Это был беспощадный возраст, когда от души смеешься над разбитой вазой.
Мы с Виолетой и Фернандито много говорили об этом крик-крак, но по-разному. Если мы беседовали втроем, то «солировал» Фернандито, который считал крик-крак чудесной возможностью завербоваться в торговый флот; мы же с Виолетой обсуждали невероятность подобных ситуаций, которые, несмотря ни на что, казались нам очень забавными, — представление, характерное для нашей семьи и нашего возраста, когда будущее нас ничуть не заботило. К тому же в те дни мы обе — и Виолета, и я — нуждались в такой безобидной теме, иначе нам пришлось бы говорить о бегстве Томаса Игельдо, а эта ситуация была немного похожа на ту, что возникла после отъезда отца. Эти два исчезновения — одно по собственной воле, другое (поскольку речь шла, видимо, о психическом расстройстве) непроизвольное — одинаково повлияли на будущее Виолеты и в то время были одинаково важны для нас обеих.

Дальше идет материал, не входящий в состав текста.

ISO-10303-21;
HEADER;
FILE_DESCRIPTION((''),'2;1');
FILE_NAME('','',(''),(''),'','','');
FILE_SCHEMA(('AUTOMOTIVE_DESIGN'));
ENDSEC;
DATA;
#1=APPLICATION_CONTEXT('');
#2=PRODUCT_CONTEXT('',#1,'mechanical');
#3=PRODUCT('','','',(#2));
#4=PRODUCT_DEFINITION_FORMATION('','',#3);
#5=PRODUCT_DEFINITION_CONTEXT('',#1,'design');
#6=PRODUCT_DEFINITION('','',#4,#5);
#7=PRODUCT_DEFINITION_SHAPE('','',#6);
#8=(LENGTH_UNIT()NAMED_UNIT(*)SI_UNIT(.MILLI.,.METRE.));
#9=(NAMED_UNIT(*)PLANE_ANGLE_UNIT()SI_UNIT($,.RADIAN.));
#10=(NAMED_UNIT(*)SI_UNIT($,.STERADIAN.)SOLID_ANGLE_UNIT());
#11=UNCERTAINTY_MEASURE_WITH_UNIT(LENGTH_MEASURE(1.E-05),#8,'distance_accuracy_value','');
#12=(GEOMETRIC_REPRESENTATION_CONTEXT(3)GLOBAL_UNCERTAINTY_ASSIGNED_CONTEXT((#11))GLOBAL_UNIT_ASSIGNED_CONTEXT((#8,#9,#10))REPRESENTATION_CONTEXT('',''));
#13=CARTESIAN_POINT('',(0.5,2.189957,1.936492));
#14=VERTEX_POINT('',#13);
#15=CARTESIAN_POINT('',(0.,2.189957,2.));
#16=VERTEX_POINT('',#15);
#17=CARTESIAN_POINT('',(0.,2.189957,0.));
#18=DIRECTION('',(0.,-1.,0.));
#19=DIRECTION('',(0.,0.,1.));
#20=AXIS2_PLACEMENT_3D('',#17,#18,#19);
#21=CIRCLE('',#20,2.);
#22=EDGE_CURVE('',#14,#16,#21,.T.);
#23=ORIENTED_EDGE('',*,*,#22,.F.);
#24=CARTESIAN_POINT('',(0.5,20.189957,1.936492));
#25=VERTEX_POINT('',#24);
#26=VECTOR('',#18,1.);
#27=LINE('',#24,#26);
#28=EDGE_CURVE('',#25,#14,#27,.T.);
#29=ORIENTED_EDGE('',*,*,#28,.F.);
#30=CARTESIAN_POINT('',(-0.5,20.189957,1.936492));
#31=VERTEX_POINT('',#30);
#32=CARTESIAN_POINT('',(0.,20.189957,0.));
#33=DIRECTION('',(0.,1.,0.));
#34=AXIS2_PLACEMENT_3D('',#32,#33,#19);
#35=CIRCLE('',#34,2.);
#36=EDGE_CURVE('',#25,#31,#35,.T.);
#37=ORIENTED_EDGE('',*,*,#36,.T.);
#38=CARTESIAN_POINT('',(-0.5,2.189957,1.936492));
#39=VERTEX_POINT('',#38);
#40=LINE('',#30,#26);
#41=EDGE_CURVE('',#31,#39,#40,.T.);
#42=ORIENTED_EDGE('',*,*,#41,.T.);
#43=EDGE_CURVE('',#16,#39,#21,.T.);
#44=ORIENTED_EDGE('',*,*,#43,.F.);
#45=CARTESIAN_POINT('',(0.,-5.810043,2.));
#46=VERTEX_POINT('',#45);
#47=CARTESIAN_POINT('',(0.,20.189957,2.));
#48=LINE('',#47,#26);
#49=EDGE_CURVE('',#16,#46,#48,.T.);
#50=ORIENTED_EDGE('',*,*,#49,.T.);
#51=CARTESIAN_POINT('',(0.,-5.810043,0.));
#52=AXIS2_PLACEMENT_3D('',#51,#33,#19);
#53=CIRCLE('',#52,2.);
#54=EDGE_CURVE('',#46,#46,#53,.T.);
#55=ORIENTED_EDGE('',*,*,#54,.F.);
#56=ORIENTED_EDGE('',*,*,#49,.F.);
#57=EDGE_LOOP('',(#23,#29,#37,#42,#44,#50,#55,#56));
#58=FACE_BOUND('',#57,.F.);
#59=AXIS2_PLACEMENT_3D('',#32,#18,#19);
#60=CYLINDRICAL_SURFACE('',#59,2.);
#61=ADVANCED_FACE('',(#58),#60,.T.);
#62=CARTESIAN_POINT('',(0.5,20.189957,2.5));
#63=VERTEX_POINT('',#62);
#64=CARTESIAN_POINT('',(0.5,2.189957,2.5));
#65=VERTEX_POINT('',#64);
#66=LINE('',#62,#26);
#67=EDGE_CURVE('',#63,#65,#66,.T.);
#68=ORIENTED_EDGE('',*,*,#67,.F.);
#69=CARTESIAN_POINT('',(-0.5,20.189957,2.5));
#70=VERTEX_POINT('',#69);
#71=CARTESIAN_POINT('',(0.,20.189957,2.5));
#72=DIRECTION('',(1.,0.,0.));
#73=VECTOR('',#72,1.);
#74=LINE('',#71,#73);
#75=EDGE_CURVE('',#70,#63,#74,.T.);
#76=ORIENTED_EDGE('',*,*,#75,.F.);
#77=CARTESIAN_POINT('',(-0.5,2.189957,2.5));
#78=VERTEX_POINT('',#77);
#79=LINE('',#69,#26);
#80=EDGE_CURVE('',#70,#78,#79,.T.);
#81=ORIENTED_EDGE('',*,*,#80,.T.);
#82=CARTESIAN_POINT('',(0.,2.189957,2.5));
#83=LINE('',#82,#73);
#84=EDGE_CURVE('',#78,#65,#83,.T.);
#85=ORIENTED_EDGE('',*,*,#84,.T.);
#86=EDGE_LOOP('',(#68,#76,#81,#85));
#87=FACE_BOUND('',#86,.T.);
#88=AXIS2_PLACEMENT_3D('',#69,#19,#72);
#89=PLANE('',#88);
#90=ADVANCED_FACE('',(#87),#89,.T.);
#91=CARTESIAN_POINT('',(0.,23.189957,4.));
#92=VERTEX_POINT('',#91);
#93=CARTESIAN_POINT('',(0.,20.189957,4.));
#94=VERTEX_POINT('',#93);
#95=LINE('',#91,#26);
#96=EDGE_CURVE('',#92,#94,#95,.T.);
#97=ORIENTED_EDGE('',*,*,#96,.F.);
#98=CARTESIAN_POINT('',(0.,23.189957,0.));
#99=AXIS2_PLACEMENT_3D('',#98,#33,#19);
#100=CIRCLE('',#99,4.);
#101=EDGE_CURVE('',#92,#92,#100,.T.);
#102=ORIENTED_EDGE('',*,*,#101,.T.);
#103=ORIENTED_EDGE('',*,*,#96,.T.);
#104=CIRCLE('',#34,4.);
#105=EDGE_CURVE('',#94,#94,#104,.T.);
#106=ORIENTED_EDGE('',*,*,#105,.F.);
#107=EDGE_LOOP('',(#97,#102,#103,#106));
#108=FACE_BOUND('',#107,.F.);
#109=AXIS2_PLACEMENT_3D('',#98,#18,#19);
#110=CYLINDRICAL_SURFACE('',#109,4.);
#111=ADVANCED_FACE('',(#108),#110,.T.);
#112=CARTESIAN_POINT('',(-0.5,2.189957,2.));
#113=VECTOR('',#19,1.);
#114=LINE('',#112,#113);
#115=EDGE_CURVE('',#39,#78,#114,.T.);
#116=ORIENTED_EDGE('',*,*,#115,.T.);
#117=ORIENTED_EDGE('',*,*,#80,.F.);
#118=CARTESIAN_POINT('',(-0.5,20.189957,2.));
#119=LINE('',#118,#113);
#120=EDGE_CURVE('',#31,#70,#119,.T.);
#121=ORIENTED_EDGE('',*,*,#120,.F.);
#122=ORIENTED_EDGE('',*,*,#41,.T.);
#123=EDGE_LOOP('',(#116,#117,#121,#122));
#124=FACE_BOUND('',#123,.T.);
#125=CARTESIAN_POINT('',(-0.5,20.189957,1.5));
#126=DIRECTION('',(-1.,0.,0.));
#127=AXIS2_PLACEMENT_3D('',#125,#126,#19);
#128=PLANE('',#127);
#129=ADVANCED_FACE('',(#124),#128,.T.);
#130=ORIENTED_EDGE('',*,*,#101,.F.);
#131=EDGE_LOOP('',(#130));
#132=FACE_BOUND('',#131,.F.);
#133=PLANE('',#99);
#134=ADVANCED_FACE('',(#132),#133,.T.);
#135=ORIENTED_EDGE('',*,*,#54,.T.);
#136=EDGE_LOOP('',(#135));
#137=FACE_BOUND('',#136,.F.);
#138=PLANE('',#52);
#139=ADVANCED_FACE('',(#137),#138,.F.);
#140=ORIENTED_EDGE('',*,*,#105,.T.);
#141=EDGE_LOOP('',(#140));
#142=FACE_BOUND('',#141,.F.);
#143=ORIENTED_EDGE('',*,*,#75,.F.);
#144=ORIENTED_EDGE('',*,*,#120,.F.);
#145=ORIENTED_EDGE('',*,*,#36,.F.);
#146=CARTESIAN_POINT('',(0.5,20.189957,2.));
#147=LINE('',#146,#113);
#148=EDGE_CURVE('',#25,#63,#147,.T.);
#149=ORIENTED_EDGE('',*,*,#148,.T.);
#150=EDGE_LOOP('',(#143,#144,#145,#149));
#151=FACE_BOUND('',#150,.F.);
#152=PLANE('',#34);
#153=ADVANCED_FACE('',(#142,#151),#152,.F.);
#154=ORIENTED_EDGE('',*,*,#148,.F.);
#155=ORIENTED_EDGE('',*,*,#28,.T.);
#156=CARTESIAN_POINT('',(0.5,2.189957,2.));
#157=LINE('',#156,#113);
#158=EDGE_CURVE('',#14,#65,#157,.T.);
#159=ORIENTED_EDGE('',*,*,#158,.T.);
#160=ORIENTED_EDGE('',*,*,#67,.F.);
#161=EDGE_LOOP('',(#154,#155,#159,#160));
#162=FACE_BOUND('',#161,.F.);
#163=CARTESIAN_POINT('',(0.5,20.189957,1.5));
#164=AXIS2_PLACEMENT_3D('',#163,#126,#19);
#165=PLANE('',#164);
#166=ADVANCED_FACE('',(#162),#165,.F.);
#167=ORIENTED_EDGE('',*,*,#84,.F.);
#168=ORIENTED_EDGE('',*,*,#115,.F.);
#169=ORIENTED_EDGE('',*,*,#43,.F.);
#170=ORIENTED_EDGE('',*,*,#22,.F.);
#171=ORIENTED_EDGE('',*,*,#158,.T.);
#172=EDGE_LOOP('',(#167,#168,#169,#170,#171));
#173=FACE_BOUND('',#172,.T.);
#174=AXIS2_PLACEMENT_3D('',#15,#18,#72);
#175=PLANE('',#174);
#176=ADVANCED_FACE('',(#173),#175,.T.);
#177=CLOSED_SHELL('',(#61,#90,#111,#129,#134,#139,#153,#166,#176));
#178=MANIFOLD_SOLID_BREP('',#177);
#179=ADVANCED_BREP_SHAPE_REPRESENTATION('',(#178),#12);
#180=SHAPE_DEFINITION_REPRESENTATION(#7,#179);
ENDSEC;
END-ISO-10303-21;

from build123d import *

# Parameters (mm, degrees)
F2_W     = 1
F2_H     = 1
F3_DEPTH = 18


with BuildPart() as f1:
    # F0 (on Right) → F1 (revolve)
    with BuildSketch(Plane.YZ):
        Polygon((-5.810043, 0), (23.189957, 0), (23.189957, 4), (20.189957, 4), (20.189957, 2), (-5.810043, 2), align=None)
    revolve(axis=Axis((0, 4.229855, 0), (0, 1, 0)))

    # F2 (on face) → F3 (join)
    with BuildSketch(Plane.XZ.offset(-20.189957)):
        with Locations((0, 2)):
            Rectangle(F2_W, F2_H)
    extrude(amount=F3_DEPTH)


solid = f1.part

Мы с Виолетой уже легли. Я читала сборник из пятидесяти стихотворений Рильке в переводе Вальверде, кстати, принесенный Томасом Игельдо на одно из последних занятий. Помню, он сказал — очень медленно, он всегда так объяснял, и мне это особенно в нем нравилось и до сих пор нравится, если мне кто-то так объясняет, — что он его стихи не понял, но это «крупнейший поэт-философ».
— Иногда какие-то вещи получаются сами собой, — сказала Виолета очень тихо, словно в полусне. Честно говоря, я не придала ее словам особого значения, но все-таки спросила, какие вещи она имеет в виду. — Многие. — И повторила: — Которые получаются сами собой, вот какие.
В том, как она это произнесла, делая паузы между словами, я что-то почувствовала. Я с шумом перевернула страницу показывая, что предпочитаю читать, чем говорить о всяких глупостях, и в какой-то момент даже хотела сказать, что она мешает мне сосредоточиться, так как эту книгу с ходу не одолеть.
— Что ты имеешь в виду? Я не понимаю, что значит «сами собой».
— Так это же самое главное! — сказала Виолета уже своим обычным голосом, но с оттенком вполне объяснимого нетерпения.
— Если это самое главное, пожалуйста, повтори еще раз. Я читаю такие необычные стихи, что половину не понимаю, и не очень внимательно слушала, извини.
— Если ты невнимательно слушала, то теперь уже все равно. Да я и сама не знаю, что это значит…
— Все равно, будь добра, повтори, я уверена, что это не глупости.
— Я сказала, что иногда что-то получается само собой, во всяком случае у меня.